Don't you think online is a bit crap without the league.


----------



## Scrim-1- (Oct 8, 2008)

Isn't seasons pretty much the same thing, never played much of 12 really


----------



## CraigQQ (Jan 20, 2011)

got this at tesco midnight on the 27th(so technically 28th, release day) always do it for fifa..

agreed, it's more difficult than before but I do like it.
I never played 12 online, and haven't yet played 13 online so won't effect me much.


----------



## Matt. (Aug 26, 2007)

Scrim-1- said:


> Isn't seasons pretty much the same thing, never played much of 12 really


Seasons? The only way I can get online is got to lobby or head to head.


----------



## cmillsjoe (Jun 20, 2012)

i can play seasons online and leagues mate plus head 2 head


----------



## Matt. (Aug 26, 2007)

Where do I find that then?

Is it like 12?


----------



## Scrim-1- (Oct 8, 2008)

Matt. said:


> Seasons? The only way I can get online is got to lobby or head to head.


The lobby's and head to head are all unranked games, if you goto seasons which is on the main menu page is a online ranked season sort of thing, get promoted to different leagues etc.


----------



## GAZLOZ (Jun 28, 2007)

Im loving this FIFA 13, currently addicted to ultimate team, as usual. Amazing game


----------



## Matt. (Aug 26, 2007)

Scrim-1- said:


> The lobby's and head to head are all unranked games, if you goto seasons which is on the main menu page is a online ranked season sort of thing, get promoted to different leagues etc.


Great thanks.

It's just like Fifa 12 with the leagues. Happy chappy now.


----------



## cmillsjoe (Jun 20, 2012)

do you guys buy packs with your coins ? ive bought about 15 5k gold packs and havent got a player worth more than 1k


----------



## GAZLOZ (Jun 28, 2007)

cmillsjoe said:


> do you guys buy packs with your coins ? ive bought about 15 5k gold packs and havent got a player worth more than 1k


I always get the 7.5k ones as more value for money.

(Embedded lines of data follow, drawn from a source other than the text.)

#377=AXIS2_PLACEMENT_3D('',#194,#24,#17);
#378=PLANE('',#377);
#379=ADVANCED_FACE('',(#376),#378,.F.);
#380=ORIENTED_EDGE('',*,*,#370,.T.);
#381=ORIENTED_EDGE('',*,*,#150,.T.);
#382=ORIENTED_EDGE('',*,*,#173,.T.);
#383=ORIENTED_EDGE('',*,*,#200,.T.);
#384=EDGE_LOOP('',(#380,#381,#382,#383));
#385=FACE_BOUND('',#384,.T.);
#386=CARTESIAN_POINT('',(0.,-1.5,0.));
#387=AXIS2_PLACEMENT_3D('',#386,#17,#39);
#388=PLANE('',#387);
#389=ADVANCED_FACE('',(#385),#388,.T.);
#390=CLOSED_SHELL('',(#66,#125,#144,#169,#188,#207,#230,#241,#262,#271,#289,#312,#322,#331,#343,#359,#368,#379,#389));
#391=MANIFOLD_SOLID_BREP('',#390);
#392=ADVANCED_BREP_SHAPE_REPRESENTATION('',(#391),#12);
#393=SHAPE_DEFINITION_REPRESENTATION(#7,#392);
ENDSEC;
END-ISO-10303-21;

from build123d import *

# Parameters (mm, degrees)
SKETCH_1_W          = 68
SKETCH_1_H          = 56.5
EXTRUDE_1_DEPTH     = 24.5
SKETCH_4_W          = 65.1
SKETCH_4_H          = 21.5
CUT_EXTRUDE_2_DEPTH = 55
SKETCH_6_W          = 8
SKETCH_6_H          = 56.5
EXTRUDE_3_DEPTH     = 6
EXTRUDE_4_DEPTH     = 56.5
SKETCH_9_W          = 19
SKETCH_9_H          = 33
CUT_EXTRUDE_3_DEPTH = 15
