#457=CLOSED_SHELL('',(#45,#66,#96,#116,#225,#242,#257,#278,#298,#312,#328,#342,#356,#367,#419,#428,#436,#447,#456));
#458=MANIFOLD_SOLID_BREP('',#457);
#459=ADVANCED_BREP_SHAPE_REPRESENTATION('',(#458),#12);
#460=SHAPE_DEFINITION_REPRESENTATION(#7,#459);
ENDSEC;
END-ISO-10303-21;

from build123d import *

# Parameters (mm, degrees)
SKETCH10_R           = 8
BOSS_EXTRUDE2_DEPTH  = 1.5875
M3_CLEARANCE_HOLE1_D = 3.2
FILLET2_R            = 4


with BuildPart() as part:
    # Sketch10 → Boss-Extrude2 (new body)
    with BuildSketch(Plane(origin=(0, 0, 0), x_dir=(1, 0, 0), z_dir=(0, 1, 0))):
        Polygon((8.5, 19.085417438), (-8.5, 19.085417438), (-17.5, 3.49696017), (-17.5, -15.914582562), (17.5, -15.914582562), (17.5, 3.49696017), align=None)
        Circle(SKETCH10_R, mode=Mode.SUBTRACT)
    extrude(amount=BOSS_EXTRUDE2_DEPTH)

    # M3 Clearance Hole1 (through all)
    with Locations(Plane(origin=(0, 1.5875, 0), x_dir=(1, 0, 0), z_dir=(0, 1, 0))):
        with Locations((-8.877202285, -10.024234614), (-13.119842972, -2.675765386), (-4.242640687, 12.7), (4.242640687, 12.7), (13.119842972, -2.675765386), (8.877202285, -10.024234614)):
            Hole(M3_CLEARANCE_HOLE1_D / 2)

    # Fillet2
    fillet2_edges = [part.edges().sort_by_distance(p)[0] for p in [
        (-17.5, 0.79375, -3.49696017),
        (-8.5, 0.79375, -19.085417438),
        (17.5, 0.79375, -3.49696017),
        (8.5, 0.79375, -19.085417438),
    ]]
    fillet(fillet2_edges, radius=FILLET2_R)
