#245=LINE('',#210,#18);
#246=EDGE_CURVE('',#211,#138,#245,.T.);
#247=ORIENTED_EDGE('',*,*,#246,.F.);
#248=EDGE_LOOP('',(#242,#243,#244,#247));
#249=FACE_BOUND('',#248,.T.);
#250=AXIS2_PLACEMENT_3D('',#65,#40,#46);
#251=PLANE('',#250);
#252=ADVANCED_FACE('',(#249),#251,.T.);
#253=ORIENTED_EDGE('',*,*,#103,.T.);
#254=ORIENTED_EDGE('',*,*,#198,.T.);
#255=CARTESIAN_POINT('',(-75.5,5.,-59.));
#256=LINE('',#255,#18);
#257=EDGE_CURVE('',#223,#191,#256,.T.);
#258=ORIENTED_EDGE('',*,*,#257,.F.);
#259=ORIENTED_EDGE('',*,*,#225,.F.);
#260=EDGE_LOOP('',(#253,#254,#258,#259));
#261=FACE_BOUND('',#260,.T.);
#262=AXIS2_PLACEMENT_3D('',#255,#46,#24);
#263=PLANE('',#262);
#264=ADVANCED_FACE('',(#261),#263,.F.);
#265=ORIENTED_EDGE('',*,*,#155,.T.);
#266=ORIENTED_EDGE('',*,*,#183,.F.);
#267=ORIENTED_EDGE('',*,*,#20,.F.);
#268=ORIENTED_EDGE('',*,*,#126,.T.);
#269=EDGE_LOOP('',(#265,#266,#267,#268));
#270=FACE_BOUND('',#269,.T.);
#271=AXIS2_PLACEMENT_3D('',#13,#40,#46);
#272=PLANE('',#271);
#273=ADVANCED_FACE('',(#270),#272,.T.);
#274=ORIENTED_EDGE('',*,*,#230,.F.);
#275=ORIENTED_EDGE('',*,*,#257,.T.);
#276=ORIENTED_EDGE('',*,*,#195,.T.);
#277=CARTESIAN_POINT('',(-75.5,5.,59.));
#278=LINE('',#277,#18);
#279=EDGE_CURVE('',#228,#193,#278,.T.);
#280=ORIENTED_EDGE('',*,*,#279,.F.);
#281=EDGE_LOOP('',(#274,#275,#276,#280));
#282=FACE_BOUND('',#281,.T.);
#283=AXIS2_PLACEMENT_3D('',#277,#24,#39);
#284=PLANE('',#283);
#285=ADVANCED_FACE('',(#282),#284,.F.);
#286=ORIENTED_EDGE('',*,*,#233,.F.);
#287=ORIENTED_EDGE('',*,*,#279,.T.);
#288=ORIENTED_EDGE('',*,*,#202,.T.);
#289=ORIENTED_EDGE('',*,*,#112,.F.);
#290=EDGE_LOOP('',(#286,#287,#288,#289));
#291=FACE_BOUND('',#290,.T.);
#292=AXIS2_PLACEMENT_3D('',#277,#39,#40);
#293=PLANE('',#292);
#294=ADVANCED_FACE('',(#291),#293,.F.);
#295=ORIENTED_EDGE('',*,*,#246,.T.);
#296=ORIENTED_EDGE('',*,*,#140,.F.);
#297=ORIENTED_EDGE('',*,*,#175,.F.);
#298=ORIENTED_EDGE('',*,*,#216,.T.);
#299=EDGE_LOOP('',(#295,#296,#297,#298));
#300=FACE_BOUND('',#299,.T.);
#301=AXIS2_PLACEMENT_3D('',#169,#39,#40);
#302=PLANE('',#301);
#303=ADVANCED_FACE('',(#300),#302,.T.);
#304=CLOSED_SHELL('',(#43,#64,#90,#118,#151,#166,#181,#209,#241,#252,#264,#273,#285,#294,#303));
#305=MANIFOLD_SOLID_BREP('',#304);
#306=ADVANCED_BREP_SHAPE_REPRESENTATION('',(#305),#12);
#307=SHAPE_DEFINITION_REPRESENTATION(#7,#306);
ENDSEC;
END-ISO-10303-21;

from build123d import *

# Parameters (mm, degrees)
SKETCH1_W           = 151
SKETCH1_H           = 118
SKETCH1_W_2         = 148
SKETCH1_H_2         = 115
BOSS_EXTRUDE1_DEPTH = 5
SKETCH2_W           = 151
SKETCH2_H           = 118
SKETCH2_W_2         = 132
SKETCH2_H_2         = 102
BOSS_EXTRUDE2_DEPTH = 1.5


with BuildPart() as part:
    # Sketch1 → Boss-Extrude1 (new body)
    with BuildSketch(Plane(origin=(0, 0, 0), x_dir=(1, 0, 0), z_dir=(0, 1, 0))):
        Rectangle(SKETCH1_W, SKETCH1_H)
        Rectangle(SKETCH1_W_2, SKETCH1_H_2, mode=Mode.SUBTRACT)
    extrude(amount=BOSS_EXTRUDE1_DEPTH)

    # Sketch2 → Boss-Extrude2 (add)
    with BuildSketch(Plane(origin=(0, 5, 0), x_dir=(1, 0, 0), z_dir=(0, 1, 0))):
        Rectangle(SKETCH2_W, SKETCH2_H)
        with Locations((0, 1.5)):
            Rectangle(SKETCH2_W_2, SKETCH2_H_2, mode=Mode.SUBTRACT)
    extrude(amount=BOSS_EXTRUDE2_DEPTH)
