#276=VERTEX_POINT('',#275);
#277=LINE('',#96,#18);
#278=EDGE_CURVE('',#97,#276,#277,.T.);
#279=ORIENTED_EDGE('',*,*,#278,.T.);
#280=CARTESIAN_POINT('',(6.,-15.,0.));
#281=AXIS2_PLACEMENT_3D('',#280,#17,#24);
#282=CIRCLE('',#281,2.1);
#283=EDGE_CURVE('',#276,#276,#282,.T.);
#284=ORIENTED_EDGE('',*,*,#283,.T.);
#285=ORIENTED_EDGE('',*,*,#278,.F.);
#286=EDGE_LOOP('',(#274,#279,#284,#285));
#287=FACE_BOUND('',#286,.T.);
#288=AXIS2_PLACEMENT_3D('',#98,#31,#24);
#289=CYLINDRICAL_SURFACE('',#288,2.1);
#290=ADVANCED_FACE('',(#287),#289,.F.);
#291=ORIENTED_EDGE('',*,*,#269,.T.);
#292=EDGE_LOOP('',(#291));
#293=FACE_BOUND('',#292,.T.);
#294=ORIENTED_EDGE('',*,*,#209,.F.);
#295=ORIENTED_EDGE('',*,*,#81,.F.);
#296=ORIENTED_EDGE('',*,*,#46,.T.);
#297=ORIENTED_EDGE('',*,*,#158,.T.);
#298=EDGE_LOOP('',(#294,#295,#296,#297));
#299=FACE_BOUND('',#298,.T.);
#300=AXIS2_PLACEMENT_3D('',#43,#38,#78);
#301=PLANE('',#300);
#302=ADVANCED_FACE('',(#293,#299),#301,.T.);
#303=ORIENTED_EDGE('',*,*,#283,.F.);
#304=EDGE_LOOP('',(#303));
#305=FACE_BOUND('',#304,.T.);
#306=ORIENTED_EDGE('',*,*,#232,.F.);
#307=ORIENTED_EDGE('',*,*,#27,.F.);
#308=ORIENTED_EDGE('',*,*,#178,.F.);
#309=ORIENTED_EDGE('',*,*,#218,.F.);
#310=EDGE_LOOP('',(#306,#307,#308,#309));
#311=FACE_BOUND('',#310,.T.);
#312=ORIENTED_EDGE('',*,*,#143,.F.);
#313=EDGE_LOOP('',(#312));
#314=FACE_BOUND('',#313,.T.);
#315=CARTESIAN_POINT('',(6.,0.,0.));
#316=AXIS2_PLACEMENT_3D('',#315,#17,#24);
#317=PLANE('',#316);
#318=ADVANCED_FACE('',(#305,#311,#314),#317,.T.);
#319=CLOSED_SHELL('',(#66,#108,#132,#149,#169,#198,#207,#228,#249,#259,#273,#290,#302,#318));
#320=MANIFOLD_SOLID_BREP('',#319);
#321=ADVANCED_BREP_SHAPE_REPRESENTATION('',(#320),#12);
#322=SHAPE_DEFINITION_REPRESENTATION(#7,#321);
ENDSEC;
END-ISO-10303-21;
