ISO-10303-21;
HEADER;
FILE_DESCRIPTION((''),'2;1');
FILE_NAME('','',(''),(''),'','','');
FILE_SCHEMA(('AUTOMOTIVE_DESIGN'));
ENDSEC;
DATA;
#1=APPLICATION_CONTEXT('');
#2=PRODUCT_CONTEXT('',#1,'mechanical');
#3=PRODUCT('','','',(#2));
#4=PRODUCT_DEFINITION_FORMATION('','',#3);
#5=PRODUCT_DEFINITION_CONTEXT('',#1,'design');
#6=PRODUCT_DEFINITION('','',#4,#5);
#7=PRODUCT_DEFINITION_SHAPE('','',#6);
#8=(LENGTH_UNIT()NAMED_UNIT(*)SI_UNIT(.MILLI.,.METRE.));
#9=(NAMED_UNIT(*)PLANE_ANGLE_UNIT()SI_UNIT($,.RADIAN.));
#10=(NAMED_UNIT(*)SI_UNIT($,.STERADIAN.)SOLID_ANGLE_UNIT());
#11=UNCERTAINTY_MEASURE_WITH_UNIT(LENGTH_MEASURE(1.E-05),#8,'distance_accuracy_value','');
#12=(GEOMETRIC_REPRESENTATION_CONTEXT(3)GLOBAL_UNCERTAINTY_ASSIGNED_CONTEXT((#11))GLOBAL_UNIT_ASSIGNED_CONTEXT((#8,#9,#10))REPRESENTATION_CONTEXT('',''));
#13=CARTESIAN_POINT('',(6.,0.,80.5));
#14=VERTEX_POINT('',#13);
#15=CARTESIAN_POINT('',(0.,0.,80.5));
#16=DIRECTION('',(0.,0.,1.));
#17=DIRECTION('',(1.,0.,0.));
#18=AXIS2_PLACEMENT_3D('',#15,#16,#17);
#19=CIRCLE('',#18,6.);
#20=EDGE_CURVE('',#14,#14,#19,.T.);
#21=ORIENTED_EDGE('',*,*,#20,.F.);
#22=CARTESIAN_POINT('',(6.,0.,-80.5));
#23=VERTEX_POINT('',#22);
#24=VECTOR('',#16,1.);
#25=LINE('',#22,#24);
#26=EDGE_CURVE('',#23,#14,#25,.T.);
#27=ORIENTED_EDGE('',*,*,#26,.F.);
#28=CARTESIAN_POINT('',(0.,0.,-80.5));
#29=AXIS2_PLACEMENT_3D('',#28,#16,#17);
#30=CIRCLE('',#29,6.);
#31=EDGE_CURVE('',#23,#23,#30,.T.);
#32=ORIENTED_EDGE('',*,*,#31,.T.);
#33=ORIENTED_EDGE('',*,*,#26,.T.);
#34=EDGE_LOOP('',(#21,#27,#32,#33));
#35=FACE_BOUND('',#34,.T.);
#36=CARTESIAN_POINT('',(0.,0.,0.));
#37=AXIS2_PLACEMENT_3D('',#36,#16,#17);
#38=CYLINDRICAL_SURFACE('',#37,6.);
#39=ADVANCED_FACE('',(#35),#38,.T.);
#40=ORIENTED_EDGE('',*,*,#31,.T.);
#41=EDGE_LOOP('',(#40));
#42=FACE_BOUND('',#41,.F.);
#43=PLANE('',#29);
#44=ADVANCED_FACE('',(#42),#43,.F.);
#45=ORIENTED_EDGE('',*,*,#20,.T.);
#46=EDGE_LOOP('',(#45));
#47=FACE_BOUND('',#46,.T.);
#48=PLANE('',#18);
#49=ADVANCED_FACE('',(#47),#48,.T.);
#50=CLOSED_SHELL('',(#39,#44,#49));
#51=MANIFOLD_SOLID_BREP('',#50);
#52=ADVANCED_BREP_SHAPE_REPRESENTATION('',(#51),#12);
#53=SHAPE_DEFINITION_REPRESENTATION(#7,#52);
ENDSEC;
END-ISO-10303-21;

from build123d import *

# Parameters (mm, degrees)
SKETCH_R  = 6
PAD_DEPTH = 80.5


with BuildPart() as part:
    # Sketch → Pad (new body, symmetric)
    with BuildSketch(Plane.XY):
        Circle(SKETCH_R)
    extrude(amount=PAD_DEPTH, both=True)


solid = part.part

Had some good players out of them, podolski, rafael. reina


----------



## Matt. (Aug 26, 2007)

Anyone used PS Move with this?


----------



## Elliott19864 (May 11, 2008)

What the **** do game makers do these days before they release a game? 

It's laggy, stalls a lot and the servers don't even work?

It's a good game but **** me sort it out EA.


----------